Ein Kollege erzählte mir, dass zu Beginn das ganze Land von April bis Juli nicht arbeitsfähig war – alle trauerten und fuhren zu den Orten der Massaker an ihren Familienangehörigen. In dieser Zeit fanden keine Feste oder Parties statt. Später versuchte man dann das ganze zu kanalisieren und auf die Woche nach dem Start des Massakers zu beschränken. Die meisten nutzten dann diese eine Woche um ihre Heimat zu besuchen und it ihren verbliebenen Angehörigen zu trauern. Mittlerweile ist seit diesem Jahr auch diese eine Woche de facto eine volle Arbeitswoche, auch wenn am Nachmittag viele Veranstaltungen stattfinden.

Sonntag

Die größte offizielle Veranstaltung ist die Feststunde im Amahoro Stadion, das während des Genozids einer der wenigen Zufluchtsorte war.  Sie ist der Endpunkt des “walk to remember” der vom Parlament bis zum Stadion führt und von der gesamten eigenen und geladenen Politprominenz angeführt wird. Die Stadt ist in einem totalen Ausnahmezustand. Dauernd werden irgendwelche Staatsgäste empfangen, begleitet, verabschiedet. Aus Deutschland war Horst Köhler da. Die Feierstunde selbst sehr unprätentiös, einige Reden, ein Chor und der Bericht eines Zeitzeugen. Während dieses Berichtes brachen einige Besucher hysterisch zusammen und mussten nach draußen gebracht werden. Einige davon waren jedoch laut eines Kollegen von mir, der näher dran saß, jünger als 25 Jahre und konnten eher nicht die eigenen Erlebnisse sondern eher die der Bekannten oder Verwandten verarbeitet haben. In meinem Umfeld war es eine ältere Frau, die von ihren Nachbarn und Ordnungspersonal nach draußen geleitet wurde.
Zur Musik gab es Kerzen, was insgesamt als das Licht gelöscht wurde, einen sehr bewegenden und berührenden Moment ergab.

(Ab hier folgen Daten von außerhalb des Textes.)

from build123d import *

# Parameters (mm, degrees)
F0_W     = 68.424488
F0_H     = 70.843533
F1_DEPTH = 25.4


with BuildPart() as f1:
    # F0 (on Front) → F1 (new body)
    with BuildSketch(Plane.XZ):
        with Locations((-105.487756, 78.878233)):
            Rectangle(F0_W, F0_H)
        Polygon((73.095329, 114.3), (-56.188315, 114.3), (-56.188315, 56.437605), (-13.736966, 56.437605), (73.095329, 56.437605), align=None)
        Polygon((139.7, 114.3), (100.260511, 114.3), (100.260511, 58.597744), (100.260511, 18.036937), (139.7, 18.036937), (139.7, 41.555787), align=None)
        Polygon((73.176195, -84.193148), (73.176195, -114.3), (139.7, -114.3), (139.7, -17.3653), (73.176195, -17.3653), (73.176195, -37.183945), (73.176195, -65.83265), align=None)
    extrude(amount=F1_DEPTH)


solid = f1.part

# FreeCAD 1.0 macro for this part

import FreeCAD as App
import Part
import Sketcher
from FreeCAD import Vector
Q = App.Units.Quantity

doc = App.newDocument("Part")
body = doc.addObject("PartDesign::Body", "Body")
body.AllowCompound = True

# Sketch on XZ plane
sketch1 = doc.addObject("Sketcher::SketchObject", "Sketch")
body.addObject(sketch1)
sketch1.AttachmentSupport = (doc.XZ_Plane, [""])
sketch1.MapMode = "FlatFace"
sketch1.addGeometry(Part.LineSegment(Vector(-140, 114, 0), Vector(-140, 43, 0)), False)
sketch1.addGeometry(Part.LineSegment(Vector(-140, 43, 0), Vector(-71, 43, 0)), False)
sketch1.addGeometry(Part.LineSegment(Vector(-71, 43, 0), Vector(-71, 114, 0)), False)
sketch1.addGeometry(Part.LineSegment(Vector(-71, 114, 0), Vector(-140, 114, 0)), False)
sketch1.addGeometry(Part.LineSegment(Vector(73, 114, 0), Vector(-56, 114, 0)), False)
sketch1.addGeometry(Part.LineSegment(Vector(-56, 114, 0), Vector(-56, 56, 0)), False)
sketch1.addGeometry(Part.LineSegment(Vector(-56, 56, 0), Vector(73, 56, 0)), False)
sketch1.addGeometry(Part.LineSegment(Vector(73, 56, 0), Vector(73, 114, 0)), False)
sketch1.addGeometry(Part.LineSegment(Vector(140, 114, 0), Vector(100, 114, 0)), False)
sketch1.addGeometry(Part.LineSegment(Vector(100, 114, 0), Vector(100, 18, 0)), False)
sketch1.addGeometry(Part.LineSegment(Vector(100, 18, 0), Vector(140, 18, 0)), False)
sketch1.addGeometry(Part.LineSegment(Vector(140, 18, 0), Vector(140, 114, 0)), False)
sketch1.addGeometry(Part.LineSegment(Vector(73, -114, 0), Vector(140, -114, 0)), False)
sketch1.addGeometry(Part.LineSegment(Vector(140, -114, 0), Vector(140, -17, 0)), False)
sketch1.addGeometry(Part.LineSegment(Vector(140, -17, 0), Vector(73, -17, 0)), False)
sketch1.addGeometry(Part.LineSegment(Vector(73, -17, 0), Vector(73, -114, 0)), False)
sketch1.addConstraint(Sketcher.Constraint("Coincident", 0, 2, 1, 1))
sketch1.addConstraint(Sketcher.Constraint("Coincident", 1, 2, 2, 1))
sketch1.addConstraint(Sketcher.Constraint("Coincident", 2, 2, 3, 1))
sketch1.addConstraint(Sketcher.Constraint("Coincident", 3, 2, 0, 1))
sketch1.addConstraint(Sketcher.Constraint("Coincident", 4, 2, 5, 1))
sketch1.addConstraint(Sketcher.Constraint("Coincident", 5, 2, 6, 1))
sketch1.addConstraint(Sketcher.Constraint("Coincident", 6, 2, 7, 1))
sketch1.addConstraint(Sketcher.Constraint("Coincident", 7, 2, 4, 1))
sketch1.addConstraint(Sketcher.Constraint("Coincident", 8, 2, 9, 1))
sketch1.addConstraint(Sketcher.Constraint("Coincident", 9, 2, 10, 1))
sketch1.addConstraint(Sketcher.Constraint("Coincident", 10, 2, 11, 1))
sketch1.addConstraint(Sketcher.Constraint("Coincident", 11, 2, 8, 1))
sketch1.addConstraint(Sketcher.Constraint("Coincident", 12, 2, 13, 1))
sketch1.addConstraint(Sketcher.Constraint("Coincident", 13, 2, 14, 1))
sketch1.addConstraint(Sketcher.Constraint("Coincident", 14, 2, 15, 1))
sketch1.addConstraint(Sketcher.Constraint("Coincident", 15, 2, 12, 1))
sketch1.addConstraint(Sketcher.Constraint("Vertical", 0))
sketch1.addConstraint(Sketcher.Constraint("Horizontal", 1))
sketch1.addConstraint(Sketcher.Constraint("Vertical", 2))
sketch1.addConstraint(Sketcher.Constraint("Horizontal", 3))
sketch1.addConstraint(Sketcher.Constraint("Horizontal", 4))
sketch1.addConstraint(Sketcher.Constraint("Vertical", 5))
sketch1.addConstraint(Sketcher.Constraint("Horizontal", 6))
sketch1.addConstraint(Sketcher.Constraint("Vertical", 7))
sketch1.addConstraint(Sketcher.Constraint("Horizontal", 8))
sketch1.addConstraint(Sketcher.Constraint("Vertical", 9))
sketch1.addConstraint(Sketcher.Constraint("Horizontal", 10))
sketch1.addConstraint(Sketcher.Constraint("Vertical", 11))
sketch1.addConstraint(Sketcher.Constraint("Horizontal", 12))
sketch1.addConstraint(Sketcher.Constraint("Vertical", 13))
sketch1.addConstraint(Sketcher.Constraint("Horizontal", 14))
sketch1.addConstraint(Sketcher.Constraint("Vertical", 15))
sketch1.addConstraint(Sketcher.Constraint("Symmetric", 3, 2, 12, 2, -1, 1))
sketch1.addConstraint(Sketcher.Constraint("Symmetric", 3, 2, 11, 2, -2))
sketch1.addConstraint(Sketcher.Constraint("Horizontal", 3, 2, 4, 2))
sketch1.addConstraint(Sketcher.Constraint("DistanceY", 12, 2, 11, 2, Q("9 in")))
sketch1.addConstraint(Sketcher.Constraint("DistanceX", 0, 2, -1, 1, Q("5.5 in")))
sketch1.addConstraint(Sketcher.Constraint("DistanceY", 13, 1, 13, 2, Q("96.9347 mm")))
sketch1.addConstraint(Sketcher.Constraint("DistanceX", 8, 2, 8, 1, Q("39.439489 mm")))
sketch1.addConstraint(Sketcher.Constraint("DistanceX", 1, 1, 1, 2, Q("68.424488 mm")))
sketch1.addConstraint(Sketcher.Constraint("DistanceX", 4, 2, 4, 1, Q("129.283644 mm")))
sketch1.addConstraint(Sketcher.Constraint("DistanceX", 12, 1, 12, 2, Q("66.523805 mm")))
sketch1.addConstraint(Sketcher.Constraint("DistanceY", 0, 2, 0, 1, Q("70.843533 mm")))
sketch1.addConstraint(Sketcher.Constraint("DistanceY", 5, 2, 5, 1, Q("57.862395 mm")))
sketch1.addConstraint(Sketcher.Constraint("DistanceY", 9, 2, 9, 1, Q("96.263063 mm")))
sketch1.addConstraint(Sketcher.Constraint("DistanceX", -1, 1, 6, 2, Q("73.095329 mm")))
pad1 = doc.addObject("PartDesign::Pad", "Pad")
body.addObject(pad1)
pad1.Profile = sketch1
pad1.Length = Q("1 in")

doc.recompute()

Lange Schlangen am Einlass

Eine Flut von Kerzen

Montag

Am Montag Nachmittag gab es sozusagen politische Bildung. Am Nachmittag gab es direkt bei meinem Arbeitgeber für alle Mitarbeiter eine obligatorische Veranstaltung in der über Planung und Ausführung des Genozids gesprochen wurde. Leider wurde sowohl Präsentation als auch Fragestunde in Kinyarwanda gehalten, so dass es für mich schwer war zu folgen. Immerhin konnte ich einiges von der Präsentation life übersetzen. Für mich war es dabei interessant, herauszubekommen, ob die Erinnerungskultur tatsächlich mit der aktuellen Regierung verwoben wird, wie ich es eigentlich vermutet hatte und auch aus DDR-Zeiten so kannte. Es kamen jedoch m.E. keine der üblichen Phrasen vor – In der ganzen Präsentation fehlten die Begrifflichkeiten für die RPF oder Paul Kagame. Auch den Feedbacks der Mitarbeiter zu Folge ging es im Wesentlichen tatsächlich um die Geschichte und Durchführung des Genozids.

Mittwoch

Die die offizielle Gedenkveranstaltung meines Arbeitgebers fand gemeinsam mit der staatlichen Post statt um die getöteten Mitarbeiter der Post zu ehren. Diesmal ging die Veranstaltung 3 1/2 Stunden – und war auch durchgängig auf Kinyarwanda. Da es diesmal nichts Schriftliches gab, konnte ich noch schlechter folgen und konnte das Geschehen nur leidlich verfolgen. Es begann mit einem Gebet, anschließend gab es Blumen zum Niederlegen am Gedenkstein, es gab Reden, das Entzünden einer Gedenkflamme und ein Gedicht, vorgetragen von drei Mitarbeiterinneren der Post. Den bewegenden Teil musste ich mir danach von meinem Chef erzählen lassen, der mir erklärte dass die eine Rede von einer Zeitzeugin war, die seit den Sechziger Jahren dort in der Post gearbeitet hatte und die vielfältigen Unterdrückungen, die es auch vorher schon gegeben hatte, am eigenen Leib miterlebt hatte.

Ich bin mir nach den letzten beiden Wochen nicht sicher, ob das Wort “instrumentalisieren“ tatsächlich in diesem Zusammenhang richtig ist oder eher das Wort “kanalisieren”. Ich werde weiterhin versuchen, einen möglichst neutralen Blick zu behalten.